Гейл Форман - Всего один день. Лишь одна ночь (сборник)
Хотя Европу и принято считать землей поездов, мы на них еще не ездили. Большие расстояния мы преодолевали на самолетах, остальные – на автобусах. Когда переходишь из вагона в вагон, с приятным свистом открываются автоматические двери, поезд слегка покачивает. А за окном мелькает зелень.
В вагоне-ресторане я изучаю скудный ассортимент и в итоге беру бутерброд с сыром и чай, а также чипсы с солью и уксусом, к которым я тут пристрастилась. А еще банку колы для Мелани. Складываю все это в картонную коробочку, собираясь вернуться на свое место, но у окна вдруг откидывается столик. На секунду я заколебалась. Надо же вернуться к подруге. Но, с другой стороны, она спит; ей все равно, так что я сажусь за столик и смотрю в окно. Пейзаж такой исконно английский: все зеленое и аккуратненькое, участки поделены заборчиками, пушистые овечки, похожие на облака, как зеркальное отражение настоящих, которые никогда не покидают небесную гладь.
– Очень странный завтрак.
Этот голос. После четырех вчерашних актов я узнаю его сразу.

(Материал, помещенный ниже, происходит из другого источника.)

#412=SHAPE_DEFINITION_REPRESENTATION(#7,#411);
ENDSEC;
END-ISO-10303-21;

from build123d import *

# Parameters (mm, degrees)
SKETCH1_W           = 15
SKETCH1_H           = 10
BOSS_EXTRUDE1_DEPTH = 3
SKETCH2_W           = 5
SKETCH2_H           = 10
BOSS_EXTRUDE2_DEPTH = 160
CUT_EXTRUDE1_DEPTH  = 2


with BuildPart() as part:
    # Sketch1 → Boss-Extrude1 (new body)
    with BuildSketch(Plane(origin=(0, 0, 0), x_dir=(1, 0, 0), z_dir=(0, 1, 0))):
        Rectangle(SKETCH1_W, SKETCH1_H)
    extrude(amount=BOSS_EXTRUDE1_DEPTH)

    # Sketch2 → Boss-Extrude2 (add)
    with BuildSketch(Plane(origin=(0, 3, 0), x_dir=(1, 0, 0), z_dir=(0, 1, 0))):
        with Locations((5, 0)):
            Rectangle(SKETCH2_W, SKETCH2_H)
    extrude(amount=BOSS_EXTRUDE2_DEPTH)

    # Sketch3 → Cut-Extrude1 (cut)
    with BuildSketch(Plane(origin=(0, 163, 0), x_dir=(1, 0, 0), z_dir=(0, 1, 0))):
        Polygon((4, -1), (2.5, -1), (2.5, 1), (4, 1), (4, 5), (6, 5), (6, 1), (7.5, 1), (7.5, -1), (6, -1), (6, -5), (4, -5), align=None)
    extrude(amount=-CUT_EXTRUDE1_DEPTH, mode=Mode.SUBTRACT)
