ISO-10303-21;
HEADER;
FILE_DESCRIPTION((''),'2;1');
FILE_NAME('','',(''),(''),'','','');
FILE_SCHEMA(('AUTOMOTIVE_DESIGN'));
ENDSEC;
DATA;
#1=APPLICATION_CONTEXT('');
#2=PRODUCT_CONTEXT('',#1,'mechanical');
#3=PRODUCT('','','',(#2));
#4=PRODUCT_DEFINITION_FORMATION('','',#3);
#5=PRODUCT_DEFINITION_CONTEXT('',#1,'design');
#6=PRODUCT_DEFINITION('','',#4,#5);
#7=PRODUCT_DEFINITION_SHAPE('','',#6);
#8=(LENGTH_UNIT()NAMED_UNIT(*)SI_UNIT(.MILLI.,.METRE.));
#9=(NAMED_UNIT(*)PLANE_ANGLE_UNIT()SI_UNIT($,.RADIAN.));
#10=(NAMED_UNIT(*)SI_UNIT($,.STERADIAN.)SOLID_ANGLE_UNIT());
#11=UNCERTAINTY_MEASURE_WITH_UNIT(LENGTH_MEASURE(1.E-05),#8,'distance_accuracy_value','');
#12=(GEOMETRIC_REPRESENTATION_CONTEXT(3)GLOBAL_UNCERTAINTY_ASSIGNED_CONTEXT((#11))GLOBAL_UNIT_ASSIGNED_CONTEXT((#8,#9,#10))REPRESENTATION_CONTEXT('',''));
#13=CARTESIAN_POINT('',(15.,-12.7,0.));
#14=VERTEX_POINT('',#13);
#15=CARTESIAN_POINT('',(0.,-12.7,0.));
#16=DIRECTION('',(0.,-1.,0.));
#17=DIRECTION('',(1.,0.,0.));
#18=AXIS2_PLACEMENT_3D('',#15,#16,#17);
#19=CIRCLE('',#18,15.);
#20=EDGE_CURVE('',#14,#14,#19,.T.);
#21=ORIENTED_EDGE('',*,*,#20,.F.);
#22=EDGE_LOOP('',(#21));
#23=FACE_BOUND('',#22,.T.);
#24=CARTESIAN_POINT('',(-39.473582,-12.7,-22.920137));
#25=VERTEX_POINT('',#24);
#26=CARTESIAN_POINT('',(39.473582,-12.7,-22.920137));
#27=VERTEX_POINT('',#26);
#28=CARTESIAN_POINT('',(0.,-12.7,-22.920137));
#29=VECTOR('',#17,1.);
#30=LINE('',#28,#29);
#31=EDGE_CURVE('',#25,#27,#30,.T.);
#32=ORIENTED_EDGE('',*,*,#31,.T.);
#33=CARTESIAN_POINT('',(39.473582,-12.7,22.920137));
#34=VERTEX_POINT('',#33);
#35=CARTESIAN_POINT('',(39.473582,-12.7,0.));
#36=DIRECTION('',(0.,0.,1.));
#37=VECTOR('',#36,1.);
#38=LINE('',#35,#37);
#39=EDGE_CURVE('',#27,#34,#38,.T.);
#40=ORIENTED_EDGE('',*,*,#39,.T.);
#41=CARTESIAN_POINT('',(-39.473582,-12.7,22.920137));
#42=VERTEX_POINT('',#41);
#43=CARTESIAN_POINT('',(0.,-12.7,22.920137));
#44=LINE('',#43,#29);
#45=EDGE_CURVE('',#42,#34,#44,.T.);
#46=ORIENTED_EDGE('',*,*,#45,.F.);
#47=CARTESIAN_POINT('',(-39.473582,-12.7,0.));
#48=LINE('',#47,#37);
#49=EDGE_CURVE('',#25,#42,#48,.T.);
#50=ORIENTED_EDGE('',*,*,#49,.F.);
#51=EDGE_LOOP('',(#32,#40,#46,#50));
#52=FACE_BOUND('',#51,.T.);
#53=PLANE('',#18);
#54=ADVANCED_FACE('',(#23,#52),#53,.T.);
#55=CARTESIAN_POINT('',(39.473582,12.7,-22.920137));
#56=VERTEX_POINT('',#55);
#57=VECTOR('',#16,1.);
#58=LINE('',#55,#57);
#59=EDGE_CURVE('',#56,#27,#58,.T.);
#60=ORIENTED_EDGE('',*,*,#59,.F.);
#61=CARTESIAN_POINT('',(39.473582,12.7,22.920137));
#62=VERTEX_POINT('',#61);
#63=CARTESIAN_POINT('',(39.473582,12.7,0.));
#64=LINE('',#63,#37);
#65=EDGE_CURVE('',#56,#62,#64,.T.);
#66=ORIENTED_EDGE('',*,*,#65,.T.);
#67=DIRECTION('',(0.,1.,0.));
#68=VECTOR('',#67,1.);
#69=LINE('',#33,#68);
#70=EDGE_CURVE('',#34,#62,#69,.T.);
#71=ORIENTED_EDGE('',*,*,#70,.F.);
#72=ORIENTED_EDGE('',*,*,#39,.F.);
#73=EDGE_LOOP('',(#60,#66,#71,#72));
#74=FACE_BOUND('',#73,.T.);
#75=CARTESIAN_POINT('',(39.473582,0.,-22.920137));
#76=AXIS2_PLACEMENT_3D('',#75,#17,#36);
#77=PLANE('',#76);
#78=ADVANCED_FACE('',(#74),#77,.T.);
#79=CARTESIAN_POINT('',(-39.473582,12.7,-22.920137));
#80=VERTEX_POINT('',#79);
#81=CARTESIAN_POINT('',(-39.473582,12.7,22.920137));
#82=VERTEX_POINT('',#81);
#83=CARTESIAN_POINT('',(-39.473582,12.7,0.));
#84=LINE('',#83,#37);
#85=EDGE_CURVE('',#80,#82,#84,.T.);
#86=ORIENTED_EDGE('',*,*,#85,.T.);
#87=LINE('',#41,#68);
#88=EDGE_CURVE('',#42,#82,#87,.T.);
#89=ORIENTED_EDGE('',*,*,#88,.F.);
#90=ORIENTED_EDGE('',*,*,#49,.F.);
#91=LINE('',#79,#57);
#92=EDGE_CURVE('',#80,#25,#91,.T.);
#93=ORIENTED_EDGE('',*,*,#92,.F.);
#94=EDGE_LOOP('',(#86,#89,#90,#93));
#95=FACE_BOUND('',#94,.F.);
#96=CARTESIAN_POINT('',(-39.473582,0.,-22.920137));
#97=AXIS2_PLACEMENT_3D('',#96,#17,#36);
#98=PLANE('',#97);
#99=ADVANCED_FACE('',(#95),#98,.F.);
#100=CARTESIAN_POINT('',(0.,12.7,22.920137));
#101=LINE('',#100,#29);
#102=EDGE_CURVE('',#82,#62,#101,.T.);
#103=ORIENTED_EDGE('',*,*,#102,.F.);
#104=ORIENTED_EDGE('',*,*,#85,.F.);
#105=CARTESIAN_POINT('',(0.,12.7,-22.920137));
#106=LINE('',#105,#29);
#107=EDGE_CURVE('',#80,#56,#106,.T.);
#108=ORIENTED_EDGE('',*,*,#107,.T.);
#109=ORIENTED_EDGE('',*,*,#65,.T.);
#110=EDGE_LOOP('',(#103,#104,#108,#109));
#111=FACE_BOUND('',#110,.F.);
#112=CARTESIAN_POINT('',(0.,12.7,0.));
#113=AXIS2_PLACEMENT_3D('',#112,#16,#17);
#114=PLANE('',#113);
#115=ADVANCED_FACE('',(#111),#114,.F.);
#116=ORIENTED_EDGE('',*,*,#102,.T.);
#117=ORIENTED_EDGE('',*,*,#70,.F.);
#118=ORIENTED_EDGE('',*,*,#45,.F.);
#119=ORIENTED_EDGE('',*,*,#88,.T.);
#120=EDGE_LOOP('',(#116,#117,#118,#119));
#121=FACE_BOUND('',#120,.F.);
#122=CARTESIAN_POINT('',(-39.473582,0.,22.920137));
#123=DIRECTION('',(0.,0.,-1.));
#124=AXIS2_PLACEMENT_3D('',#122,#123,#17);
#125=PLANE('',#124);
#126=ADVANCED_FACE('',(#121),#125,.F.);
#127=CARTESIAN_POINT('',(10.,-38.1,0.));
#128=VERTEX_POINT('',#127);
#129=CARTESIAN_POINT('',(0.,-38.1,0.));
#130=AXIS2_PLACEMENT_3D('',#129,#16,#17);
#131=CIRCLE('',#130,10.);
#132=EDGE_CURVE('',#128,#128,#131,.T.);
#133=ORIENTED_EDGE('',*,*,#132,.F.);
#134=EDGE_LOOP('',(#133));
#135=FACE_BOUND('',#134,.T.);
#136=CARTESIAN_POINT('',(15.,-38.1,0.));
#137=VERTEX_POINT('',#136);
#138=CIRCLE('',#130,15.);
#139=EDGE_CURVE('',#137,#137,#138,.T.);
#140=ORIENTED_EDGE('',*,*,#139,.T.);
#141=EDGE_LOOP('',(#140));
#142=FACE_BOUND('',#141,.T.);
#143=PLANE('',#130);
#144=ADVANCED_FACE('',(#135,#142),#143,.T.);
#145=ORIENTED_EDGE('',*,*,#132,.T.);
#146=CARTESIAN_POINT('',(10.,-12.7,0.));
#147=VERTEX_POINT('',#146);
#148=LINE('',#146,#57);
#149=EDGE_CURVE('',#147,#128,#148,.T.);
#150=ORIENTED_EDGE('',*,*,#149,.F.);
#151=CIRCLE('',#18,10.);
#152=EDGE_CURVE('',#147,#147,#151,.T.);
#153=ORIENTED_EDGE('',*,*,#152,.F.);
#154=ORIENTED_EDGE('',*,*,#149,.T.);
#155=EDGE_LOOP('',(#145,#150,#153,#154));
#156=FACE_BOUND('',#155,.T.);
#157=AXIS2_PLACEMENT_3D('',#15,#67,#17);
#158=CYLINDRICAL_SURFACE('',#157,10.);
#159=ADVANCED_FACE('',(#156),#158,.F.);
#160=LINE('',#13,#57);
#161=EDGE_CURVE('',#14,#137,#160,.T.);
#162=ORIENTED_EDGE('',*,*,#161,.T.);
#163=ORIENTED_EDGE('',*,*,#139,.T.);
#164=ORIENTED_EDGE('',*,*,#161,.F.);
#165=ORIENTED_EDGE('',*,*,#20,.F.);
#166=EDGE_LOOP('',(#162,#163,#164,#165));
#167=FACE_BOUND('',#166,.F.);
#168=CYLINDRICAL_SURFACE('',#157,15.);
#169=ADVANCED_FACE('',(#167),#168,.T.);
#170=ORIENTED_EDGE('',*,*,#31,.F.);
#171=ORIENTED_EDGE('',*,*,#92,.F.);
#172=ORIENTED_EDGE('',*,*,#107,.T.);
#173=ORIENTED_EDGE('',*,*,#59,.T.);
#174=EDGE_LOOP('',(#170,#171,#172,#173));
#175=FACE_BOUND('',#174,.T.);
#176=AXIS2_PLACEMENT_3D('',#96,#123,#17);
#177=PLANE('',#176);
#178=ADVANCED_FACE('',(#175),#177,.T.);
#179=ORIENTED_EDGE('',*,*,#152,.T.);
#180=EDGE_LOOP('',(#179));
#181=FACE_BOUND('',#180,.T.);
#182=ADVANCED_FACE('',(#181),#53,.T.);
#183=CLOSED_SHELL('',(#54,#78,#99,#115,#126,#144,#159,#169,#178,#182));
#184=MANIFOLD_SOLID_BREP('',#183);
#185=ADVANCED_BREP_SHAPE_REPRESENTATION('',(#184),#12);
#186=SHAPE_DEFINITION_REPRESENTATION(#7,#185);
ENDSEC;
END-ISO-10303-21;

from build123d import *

# Parameters (mm, degrees)
F0_W     = 78.947164
F0_H     = 45.840274
F1_DEPTH = 12.7
F2_R     = 15
F2_R_2   = 10
F3_DEPTH = 25.4


with BuildPart() as f1:
    # F0 (on Front) → F1 (new body, symmetric)
    with BuildSketch(Plane.XZ):
        Rectangle(F0_W, F0_H)
    extrude(amount=F1_DEPTH, both=True)

    # F2 (on face) → F3 (join)
    with BuildSketch(Plane.XZ.offset(12.7)):
        Circle(F2_R)
        Circle(F2_R_2, mode=Mode.SUBTRACT)
    extrude(amount=F3_DEPTH)


solid = f1.part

Поднимаю глаза, и он – прямо передо мной, с ленивой полуулыбкой, из-за которой создается ощущение, что он только что проснулся.
– Что в нем странного? – спрашиваю я. Вообще, мне следовало бы удивиться, но я почему-то не удивилась. Зато приходится прикусить губу, чтобы не расплыться в улыбке.
Но он не отвечает. Подходит к стойке и заказывает кофе. А потом кивком указывает на мой столик. Я тоже киваю.
– Много чего, – говорит он, усаживаясь напротив меня. – Он как экспатриант после многочасового перелета.
Я осматриваю свой бутерброд, чай и чипсы.
– Это – экспатриант после многочасового перелета? Как ты из этого сделал такой далекоидущий вывод?
Он дует на кофе.
– Легко. Во-первых, еще девяти утра нет, так что с чаем понятно. Но бутерброд с чипсами? Это едят на обед. А про колу и говорить не буду, – он постукивает по баночке. Видишь, время сбито. Твой завтрак явно долго летел.
Приходится рассмеяться.
– Пончики просто ужасно выглядели, – говорю я, указывая на стойку.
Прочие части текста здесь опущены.